Another pillar of sane programming is to avoid class inheritance. This advice isn’t really new: Already back in 1995, the (in)famous gang of four book advised to avoid class inheritance and to use composition instead. My experience is that inheriting behavior via class inheritance just isn’t that useful. How often do you want one class to do almost the same thing as another class, after all? You might use it for mocks (a.k.a. test doubles), but that is usually handled by a framework and can also be achieved via type inheritance (a.k.a. implementing an interface). Inheriting behavior can lead to very hard to understand code if you have a deep inheritance hierarchy and/or lots of switching between the subclass(es) and the superclass. Behavior inheritance is the primary reason for the hyperbole that everything important happens somewhere else in object oriented programming. Without it, your code should become much easier to understand. That said, I recognize that behavior inheritance might be useful if you’re programming a library.
To produce sane object oriented code, you also have to accept that some of your classes will just be data containers. Combining behavior and state is one of the core ideas of OO and while this works well for some classes, it is a terrible fit for others. This problem is especially painful in languages like Java where you’re limited to just a single return type per method and hence often have to create extra classes to return structured data. These kinds of classes often don’t have any methods except getters and trying to somehow define more sophisticated methods will just make the code worse. Even if it violates the OO textbooks, using objects just as fancy structs works just fine. In fact, it works so well that Oracle introduced records in Java 14 to cover this use case.
Another part of sane programming is to minimize state as much as possible. Usage of members to store data should be avoided as much as possible as it makes your objects unsuited for multithreading. Instead, use parameters and pass these around in private methods.

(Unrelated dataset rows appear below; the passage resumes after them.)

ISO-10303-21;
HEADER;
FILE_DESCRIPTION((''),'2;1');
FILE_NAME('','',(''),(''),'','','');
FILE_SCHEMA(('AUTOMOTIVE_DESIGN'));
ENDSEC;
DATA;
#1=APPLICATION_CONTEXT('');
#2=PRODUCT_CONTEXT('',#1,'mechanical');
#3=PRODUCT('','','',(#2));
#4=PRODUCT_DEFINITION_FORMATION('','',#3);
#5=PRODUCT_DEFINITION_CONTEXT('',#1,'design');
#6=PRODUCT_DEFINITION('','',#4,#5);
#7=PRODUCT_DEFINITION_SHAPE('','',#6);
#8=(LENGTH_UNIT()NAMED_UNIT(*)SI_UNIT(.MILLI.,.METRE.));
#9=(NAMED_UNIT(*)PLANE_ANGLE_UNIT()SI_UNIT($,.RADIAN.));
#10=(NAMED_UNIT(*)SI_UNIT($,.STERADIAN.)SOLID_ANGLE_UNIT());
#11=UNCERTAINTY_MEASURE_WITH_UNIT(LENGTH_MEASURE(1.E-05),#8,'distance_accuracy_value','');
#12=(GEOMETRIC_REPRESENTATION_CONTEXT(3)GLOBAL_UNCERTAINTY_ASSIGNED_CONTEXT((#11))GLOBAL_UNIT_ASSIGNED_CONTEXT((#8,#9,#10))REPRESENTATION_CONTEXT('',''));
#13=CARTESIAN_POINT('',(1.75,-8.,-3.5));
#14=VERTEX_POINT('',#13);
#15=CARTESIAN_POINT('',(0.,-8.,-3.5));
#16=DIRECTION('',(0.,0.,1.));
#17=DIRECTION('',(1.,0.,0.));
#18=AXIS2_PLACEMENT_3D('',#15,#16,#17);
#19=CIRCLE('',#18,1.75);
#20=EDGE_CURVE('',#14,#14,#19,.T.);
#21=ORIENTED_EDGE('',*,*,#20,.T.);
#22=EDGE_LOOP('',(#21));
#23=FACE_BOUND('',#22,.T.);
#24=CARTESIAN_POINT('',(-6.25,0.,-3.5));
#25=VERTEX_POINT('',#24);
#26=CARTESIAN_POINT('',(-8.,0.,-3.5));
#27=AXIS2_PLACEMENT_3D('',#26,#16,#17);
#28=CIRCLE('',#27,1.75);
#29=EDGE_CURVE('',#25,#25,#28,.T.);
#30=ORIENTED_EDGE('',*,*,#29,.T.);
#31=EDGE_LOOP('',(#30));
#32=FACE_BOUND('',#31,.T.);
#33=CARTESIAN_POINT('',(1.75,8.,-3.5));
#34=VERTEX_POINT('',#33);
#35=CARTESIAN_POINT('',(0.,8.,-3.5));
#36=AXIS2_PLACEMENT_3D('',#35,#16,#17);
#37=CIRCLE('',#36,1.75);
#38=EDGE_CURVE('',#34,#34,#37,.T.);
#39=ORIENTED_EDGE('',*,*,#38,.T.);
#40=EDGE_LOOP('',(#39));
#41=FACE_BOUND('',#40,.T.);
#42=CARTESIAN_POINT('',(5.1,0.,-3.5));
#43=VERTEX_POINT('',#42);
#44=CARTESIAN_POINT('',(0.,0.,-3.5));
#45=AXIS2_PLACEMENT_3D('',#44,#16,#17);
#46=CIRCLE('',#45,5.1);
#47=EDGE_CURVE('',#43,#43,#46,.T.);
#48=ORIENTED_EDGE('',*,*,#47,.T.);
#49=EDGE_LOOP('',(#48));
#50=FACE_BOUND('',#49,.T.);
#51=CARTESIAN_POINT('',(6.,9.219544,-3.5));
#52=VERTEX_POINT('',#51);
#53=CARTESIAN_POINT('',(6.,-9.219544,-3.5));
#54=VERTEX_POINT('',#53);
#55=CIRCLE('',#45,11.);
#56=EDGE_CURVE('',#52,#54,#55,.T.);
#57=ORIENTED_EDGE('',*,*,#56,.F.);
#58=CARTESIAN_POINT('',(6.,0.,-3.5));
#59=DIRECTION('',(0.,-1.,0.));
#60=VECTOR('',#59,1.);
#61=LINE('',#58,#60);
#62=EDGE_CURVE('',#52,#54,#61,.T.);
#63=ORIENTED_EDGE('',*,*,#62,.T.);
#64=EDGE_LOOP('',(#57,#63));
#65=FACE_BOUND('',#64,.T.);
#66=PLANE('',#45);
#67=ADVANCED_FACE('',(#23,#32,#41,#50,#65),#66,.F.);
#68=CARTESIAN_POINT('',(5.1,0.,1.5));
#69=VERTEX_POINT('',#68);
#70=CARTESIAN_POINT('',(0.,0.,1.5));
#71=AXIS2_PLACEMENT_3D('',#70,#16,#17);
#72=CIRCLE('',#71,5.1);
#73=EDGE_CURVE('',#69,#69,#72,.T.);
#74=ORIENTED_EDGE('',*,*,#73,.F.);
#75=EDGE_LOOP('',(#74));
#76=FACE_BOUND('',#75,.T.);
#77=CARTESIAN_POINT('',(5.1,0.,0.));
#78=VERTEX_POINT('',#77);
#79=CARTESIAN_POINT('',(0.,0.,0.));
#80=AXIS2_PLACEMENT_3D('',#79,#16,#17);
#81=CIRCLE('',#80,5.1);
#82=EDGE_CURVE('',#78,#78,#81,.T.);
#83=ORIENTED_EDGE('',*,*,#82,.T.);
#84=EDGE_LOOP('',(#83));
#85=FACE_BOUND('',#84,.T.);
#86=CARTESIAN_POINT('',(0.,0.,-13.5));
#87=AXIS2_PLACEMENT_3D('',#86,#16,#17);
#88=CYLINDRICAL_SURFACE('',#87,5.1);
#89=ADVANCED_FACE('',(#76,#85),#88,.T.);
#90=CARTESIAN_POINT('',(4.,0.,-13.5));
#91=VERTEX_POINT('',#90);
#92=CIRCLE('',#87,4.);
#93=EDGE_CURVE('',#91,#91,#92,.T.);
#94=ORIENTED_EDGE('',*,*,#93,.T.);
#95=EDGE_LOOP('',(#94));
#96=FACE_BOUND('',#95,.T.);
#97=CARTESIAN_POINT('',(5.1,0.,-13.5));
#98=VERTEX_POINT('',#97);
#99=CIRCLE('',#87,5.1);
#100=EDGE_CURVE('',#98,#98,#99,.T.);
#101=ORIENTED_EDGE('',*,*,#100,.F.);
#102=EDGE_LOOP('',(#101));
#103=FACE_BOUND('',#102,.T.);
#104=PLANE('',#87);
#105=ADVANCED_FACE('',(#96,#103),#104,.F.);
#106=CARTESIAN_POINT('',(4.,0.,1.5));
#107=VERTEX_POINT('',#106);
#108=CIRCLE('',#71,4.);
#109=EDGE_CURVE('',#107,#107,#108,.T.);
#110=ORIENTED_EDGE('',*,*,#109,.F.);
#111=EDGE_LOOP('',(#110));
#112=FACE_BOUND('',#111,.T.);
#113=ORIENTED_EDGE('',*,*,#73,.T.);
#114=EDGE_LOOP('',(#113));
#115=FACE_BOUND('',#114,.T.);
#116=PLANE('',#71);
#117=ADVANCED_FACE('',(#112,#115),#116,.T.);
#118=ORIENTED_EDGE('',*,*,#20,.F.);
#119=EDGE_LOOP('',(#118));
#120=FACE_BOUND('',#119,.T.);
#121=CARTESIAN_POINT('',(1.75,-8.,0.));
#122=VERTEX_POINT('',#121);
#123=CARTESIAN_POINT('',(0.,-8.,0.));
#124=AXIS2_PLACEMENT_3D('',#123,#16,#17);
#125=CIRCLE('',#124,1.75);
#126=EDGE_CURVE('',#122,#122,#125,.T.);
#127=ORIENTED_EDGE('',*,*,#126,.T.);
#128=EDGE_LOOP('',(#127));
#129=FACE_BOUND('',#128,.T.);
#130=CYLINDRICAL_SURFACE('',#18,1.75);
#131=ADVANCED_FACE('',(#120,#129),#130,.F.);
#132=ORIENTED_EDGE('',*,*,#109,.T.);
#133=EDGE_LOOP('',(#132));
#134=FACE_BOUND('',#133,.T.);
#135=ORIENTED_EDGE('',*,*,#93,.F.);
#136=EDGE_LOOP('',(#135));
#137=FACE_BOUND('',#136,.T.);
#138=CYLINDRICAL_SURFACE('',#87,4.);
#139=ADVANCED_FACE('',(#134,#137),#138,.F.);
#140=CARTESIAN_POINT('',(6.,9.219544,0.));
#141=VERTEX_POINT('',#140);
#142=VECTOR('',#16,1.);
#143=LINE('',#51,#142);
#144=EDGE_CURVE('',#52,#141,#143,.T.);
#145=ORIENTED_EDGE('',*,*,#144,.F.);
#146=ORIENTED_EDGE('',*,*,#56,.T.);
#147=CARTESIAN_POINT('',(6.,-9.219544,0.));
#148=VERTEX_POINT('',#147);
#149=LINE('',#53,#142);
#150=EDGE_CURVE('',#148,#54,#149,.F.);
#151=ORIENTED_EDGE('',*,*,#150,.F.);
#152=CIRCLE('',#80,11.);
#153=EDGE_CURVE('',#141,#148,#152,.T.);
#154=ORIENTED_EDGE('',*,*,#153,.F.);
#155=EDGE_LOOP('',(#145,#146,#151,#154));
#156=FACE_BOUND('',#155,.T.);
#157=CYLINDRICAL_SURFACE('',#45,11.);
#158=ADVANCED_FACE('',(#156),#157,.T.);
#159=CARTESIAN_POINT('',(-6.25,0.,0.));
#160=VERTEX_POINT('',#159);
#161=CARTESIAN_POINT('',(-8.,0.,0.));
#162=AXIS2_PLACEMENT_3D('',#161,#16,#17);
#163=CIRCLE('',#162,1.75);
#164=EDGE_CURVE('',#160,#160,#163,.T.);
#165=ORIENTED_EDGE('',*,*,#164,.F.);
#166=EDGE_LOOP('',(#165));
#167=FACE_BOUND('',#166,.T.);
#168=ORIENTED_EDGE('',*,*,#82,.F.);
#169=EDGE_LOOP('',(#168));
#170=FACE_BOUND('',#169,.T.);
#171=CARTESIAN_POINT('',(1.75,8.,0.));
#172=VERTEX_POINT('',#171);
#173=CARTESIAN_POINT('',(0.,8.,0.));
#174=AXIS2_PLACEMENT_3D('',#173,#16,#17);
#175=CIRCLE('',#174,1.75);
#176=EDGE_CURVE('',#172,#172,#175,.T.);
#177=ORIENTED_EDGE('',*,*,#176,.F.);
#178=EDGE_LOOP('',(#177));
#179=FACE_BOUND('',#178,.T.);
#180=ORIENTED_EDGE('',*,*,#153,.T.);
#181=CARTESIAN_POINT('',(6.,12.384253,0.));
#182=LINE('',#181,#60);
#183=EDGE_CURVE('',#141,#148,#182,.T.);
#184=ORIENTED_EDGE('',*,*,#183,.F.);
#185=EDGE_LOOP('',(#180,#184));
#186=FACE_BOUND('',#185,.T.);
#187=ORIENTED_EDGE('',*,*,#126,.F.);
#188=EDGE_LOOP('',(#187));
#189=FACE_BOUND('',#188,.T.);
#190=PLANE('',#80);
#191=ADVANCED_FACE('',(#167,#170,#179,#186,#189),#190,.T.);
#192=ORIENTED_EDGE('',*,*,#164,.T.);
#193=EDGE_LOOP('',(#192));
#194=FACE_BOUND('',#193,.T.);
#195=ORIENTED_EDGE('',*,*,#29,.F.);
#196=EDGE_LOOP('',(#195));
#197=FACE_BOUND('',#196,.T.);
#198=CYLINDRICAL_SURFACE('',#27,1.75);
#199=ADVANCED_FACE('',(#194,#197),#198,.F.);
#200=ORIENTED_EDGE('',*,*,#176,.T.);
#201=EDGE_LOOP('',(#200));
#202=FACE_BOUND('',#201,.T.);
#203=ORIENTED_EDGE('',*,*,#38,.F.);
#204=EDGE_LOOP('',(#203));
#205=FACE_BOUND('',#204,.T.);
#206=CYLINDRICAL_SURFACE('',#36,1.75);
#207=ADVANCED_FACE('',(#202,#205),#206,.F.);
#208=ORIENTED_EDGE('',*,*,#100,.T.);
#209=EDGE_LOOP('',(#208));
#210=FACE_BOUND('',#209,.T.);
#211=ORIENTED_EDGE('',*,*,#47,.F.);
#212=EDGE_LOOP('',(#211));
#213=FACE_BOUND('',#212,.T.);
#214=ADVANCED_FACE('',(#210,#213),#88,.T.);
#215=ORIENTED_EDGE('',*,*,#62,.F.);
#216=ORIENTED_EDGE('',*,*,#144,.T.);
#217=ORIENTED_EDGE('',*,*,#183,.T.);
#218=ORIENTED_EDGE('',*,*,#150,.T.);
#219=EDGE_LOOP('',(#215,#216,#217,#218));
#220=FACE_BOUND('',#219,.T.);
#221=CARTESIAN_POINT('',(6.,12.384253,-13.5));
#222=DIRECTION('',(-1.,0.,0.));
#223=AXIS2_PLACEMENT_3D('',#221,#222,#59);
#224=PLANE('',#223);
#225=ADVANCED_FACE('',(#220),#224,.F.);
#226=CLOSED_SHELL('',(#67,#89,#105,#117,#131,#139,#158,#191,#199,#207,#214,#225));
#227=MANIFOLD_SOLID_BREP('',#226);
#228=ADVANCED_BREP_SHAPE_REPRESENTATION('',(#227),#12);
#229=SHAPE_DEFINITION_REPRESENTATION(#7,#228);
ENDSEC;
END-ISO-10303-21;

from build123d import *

# Parameters (mm, degrees)
SKETCH1_R                = 11
SKETCH1_R_2              = 5.1
SKETCH1_R_3              = 1.75
BOSS_EXTRUDE1_DEPTH      = 3.5
BOSS_EXTRUDE2_DEPTH      = 1.5
BOSS_EXTRUDE2_DEPTH_BACK = 13.5
SKETCH2_R                = 5.1
SKETCH2_R_2              = 4
CROQUIS1_W               = 13.137854129
CROQUIS1_H               = 23.868248077
CORTAR_EXTRUIR1_DEPTH    = 21.597329924


with BuildPart() as part:
    # Sketch1 → Boss-Extrude1 (new body)
    with BuildSketch(Plane.XY):
        Circle(SKETCH1_R)
        Circle(SKETCH1_R_2, mode=Mode.SUBTRACT)
        with Locations((0, 8)):
            Circle(SKETCH1_R_3, mode=Mode.SUBTRACT)
        with Locations((8, 0)):
            Circle(SKETCH1_R_3, mode=Mode.SUBTRACT)
        with Locations((0, -8)):
            Circle(SKETCH1_R_3, mode=Mode.SUBTRACT)
        with Locations((-8, 0)):
            Circle(SKETCH1_R_3, mode=Mode.SUBTRACT)
    extrude(amount=-BOSS_EXTRUDE1_DEPTH)

    # Sketch2 → Boss-Extrude2 (add, two sides: drawn at the far end of the back side and taken through both)
    with BuildSketch(Plane.XY.offset(-BOSS_EXTRUDE2_DEPTH_BACK)):
        Circle(SKETCH2_R)
        Circle(SKETCH2_R_2, mode=Mode.SUBTRACT)
    extrude(amount=BOSS_EXTRUDE2_DEPTH + BOSS_EXTRUDE2_DEPTH_BACK)

    # Croquis1 → Cortar-Extruir1 (cut, through all)
    with BuildSketch(Plane.XY):
        with Locations((12.568927065, 0.450129168)):
            Rectangle(CROQUIS1_W, CROQUIS1_H)
    extrude(amount=-CORTAR_EXTRUIR1_DEPTH, mode=Mode.SUBTRACT)


solid = part.part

If you absolutely have to store state in your object, try to make it immutable. That way you can safely share objects with other threads. What you should store as member variables are the dependencies of the class. Of course, you should try to avoid having state in these as well.

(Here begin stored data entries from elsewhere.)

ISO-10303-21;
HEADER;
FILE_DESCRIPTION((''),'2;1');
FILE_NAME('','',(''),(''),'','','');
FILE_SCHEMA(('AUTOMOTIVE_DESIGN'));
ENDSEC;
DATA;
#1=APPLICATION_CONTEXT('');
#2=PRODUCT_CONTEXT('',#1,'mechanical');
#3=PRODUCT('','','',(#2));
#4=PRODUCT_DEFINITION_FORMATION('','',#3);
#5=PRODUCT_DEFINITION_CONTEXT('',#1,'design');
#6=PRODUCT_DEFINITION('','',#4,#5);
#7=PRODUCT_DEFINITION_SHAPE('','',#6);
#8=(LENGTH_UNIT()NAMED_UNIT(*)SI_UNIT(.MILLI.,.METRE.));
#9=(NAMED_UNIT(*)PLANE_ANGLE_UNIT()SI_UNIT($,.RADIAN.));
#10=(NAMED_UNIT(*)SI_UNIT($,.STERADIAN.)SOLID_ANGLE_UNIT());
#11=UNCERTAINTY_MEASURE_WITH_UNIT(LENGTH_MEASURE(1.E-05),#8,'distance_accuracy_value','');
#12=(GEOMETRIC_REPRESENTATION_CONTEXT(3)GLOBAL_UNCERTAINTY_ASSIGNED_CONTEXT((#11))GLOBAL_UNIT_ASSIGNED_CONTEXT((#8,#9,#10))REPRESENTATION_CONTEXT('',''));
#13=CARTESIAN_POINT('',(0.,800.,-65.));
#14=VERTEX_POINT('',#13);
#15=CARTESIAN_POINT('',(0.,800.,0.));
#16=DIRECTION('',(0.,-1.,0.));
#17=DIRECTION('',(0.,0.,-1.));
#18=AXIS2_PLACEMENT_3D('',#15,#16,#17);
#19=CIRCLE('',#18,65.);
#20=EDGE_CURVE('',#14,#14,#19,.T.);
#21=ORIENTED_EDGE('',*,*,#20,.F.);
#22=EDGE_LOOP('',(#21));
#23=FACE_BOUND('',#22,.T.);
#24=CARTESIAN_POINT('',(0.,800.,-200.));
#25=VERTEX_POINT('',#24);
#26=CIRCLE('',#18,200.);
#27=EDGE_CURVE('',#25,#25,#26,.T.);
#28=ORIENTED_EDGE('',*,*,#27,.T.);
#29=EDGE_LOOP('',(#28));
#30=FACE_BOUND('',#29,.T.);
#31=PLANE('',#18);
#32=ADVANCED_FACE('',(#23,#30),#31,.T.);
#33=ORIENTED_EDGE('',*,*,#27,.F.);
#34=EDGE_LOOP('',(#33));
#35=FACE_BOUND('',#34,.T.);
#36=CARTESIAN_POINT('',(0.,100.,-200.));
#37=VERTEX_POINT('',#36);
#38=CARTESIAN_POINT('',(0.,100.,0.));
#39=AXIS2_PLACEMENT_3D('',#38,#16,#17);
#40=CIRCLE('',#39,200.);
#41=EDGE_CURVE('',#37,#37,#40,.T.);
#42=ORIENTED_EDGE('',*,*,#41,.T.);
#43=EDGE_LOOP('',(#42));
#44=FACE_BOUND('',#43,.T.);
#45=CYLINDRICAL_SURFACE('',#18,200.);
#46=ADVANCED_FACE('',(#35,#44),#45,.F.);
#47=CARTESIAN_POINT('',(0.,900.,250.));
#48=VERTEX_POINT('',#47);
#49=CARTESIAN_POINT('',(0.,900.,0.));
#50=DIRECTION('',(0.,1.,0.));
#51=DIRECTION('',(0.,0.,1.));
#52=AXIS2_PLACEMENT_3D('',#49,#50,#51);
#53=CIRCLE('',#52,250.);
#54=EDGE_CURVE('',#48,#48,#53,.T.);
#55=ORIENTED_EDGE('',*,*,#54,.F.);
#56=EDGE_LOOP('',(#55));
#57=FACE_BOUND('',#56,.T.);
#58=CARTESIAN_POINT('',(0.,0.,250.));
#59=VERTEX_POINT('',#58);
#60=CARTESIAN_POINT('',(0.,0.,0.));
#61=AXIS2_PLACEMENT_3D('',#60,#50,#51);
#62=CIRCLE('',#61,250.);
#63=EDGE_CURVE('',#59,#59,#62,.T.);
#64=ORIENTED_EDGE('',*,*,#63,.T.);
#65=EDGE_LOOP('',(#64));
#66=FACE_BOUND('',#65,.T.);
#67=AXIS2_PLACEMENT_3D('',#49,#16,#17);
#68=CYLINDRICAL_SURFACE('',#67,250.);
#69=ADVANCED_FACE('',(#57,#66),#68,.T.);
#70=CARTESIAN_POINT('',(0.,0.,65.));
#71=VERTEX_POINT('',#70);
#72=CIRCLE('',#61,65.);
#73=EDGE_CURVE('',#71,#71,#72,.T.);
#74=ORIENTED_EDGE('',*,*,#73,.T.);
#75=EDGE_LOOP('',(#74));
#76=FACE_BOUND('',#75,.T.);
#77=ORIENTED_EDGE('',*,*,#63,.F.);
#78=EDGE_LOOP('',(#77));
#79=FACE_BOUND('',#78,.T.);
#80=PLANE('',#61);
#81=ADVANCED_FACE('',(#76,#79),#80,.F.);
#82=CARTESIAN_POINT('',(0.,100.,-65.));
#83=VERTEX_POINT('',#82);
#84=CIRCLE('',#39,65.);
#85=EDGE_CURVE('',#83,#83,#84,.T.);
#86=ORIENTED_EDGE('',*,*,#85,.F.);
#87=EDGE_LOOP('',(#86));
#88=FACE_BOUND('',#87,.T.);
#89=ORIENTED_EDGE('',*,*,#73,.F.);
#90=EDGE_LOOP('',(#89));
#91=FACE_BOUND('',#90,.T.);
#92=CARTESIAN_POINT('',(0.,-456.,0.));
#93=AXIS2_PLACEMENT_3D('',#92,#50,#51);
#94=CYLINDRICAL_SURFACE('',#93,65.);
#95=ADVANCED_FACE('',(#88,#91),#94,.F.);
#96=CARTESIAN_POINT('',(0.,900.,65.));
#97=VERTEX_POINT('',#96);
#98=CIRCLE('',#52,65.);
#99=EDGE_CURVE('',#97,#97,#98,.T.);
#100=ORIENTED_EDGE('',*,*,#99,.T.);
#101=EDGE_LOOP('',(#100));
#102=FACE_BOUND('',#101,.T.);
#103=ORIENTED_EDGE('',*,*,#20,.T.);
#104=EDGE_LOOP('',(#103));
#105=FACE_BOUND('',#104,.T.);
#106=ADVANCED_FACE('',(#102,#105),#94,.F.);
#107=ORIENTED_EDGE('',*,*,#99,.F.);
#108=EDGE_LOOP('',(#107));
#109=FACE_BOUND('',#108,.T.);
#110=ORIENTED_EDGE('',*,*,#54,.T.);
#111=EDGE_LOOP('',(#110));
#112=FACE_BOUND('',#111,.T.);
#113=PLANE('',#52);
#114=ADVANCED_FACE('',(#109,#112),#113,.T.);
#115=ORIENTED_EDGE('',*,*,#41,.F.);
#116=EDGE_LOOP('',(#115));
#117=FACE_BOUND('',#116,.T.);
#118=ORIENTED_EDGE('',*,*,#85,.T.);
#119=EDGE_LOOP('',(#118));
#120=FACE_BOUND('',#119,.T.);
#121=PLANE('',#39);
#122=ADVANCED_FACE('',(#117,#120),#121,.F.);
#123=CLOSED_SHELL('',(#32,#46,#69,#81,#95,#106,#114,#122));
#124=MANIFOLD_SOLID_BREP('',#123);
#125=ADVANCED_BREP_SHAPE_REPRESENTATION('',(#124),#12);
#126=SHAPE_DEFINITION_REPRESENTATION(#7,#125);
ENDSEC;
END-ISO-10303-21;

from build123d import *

# Parameters (mm, degrees)
SKETCH1_R           = 250
BOSS_EXTRUDE1_DEPTH = 900
CUT_EXTRUDE1_START  = -100
SKETCH5_R           = 200
CUT_EXTRUDE1_DEPTH  = 700
SKETCH6_R           = 65
CUT_EXTRUDE2_DEPTH  = 1356


with BuildPart() as part:
    # Sketch1 → Boss-Extrude1 (new body)
    with BuildSketch(Plane(origin=(0, 0, 0), x_dir=(1, 0, 0), z_dir=(0, 1, 0))):
        Circle(SKETCH1_R)
    extrude(amount=BOSS_EXTRUDE1_DEPTH)

    # Sketch5 → Cut-Extrude1 (cut)
    with BuildSketch(Plane(origin=(0, 0, 0), x_dir=(-1, 0, 0), z_dir=(0, -1, 0)).offset(CUT_EXTRUDE1_START)):
        Circle(SKETCH5_R)
    extrude(amount=-CUT_EXTRUDE1_DEPTH, mode=Mode.SUBTRACT)

    # Sketch6 → Cut-Extrude2 (cut)
    with BuildSketch(Plane(origin=(0, 900, 0), x_dir=(1, 0, 0), z_dir=(0, 1, 0))):
        Circle(SKETCH6_R)
    extrude(amount=-CUT_EXTRUDE2_DEPTH, mode=Mode.SUBTRACT)


solid = part.part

The next core idea of sane programming is to simplify your code as much as possible. Some developers like to make their code future proof by adding all kinds of frills and indirections just in case you might need them in the future. Modern multi-paradigm languages offer a plethora of tools for this kind of fortune telling. The end result is unnecessarily confusing code which only at intense inspection reveals its uselessness. Predicting the future is difficult at best and any fortune telling abilities are better used at the stock market instead of in the code base.
Next, let’s talk about class and method sizes. Too large methods and classes are difficult to understand as you need to keep too much information in your head. On the flipside, too small methods and classes are also confusing as you have to jump around all the time to understand the big picture. Having micro classes of just 20 to 50 lines of code is a great way to make your code unreadable. So, what’s the sweet spot? As a rule of thumb, I like to have about 5 to 20 lines of code for a method and 100 to 200 lines for a class. Obviously, these are no hard rules and there will be situations where you’ll violate them. If a class is too big, you need to split it into multiple ones. For me the best sign of a too big class is that it is difficult to unit test. As soon as you feel the desire to directly test a private method of a class, it is time to split the class and to make the private method into a public method of the new class.
While we’re on the subject of classes: I strongly recommend using constructor injection to get the dependencies into your classes. This approach works well even if you don’t use a dependency injection framework like Spring. It also makes your code easily testable. If you want to have a default constructor for some reason, you can always have two constructors: One where all the dependencies are passed as parameters and one where the default constructor gets them. As long as your object is completely initialized after the constructor has run everything is fine.
As mentioned, constructor injection makes your code easily testable. A well-written automated test suite is the biggest productivity booster in programming that I know of. Even though writing automated tests (or at least claiming to do it) has become very common in the industry, I still encounter lots of code without any test coverage as well as many poorly built tests. It is important to keep in mind that not all automated tests are created equal: Unit tests are much faster, have better defect localization and are much more stable than integration tests and system tests. This means that integration and system tests are much more difficult to build well as a poorly written integration test might just decrease your productivity because you’ll spend so much timing fixing it. Hence, I recommend focusing on unit tests and to only sprinkle in some integration tests for things which cannot be tested on a unit level (e.g., some fancy SQL statement). The better your test suite, the higher your confidence when making a code change. In the end, the goal of your automated tests is to keep your productivity high as you can be sure that old bugs don’t slip back into the system. Naturally, this only works if you diligently write automated tests for every discovered bug. Whether your write the tests before the production code or later doesn’t matter. Also, avoid paying too much attention to code coverage metrics as they are deceiving: You can have a code coverage of 100% and still miss critical corner cases. On the flipside, a code coverage of 80% can be perfectly fine if the missed code is irrelevant.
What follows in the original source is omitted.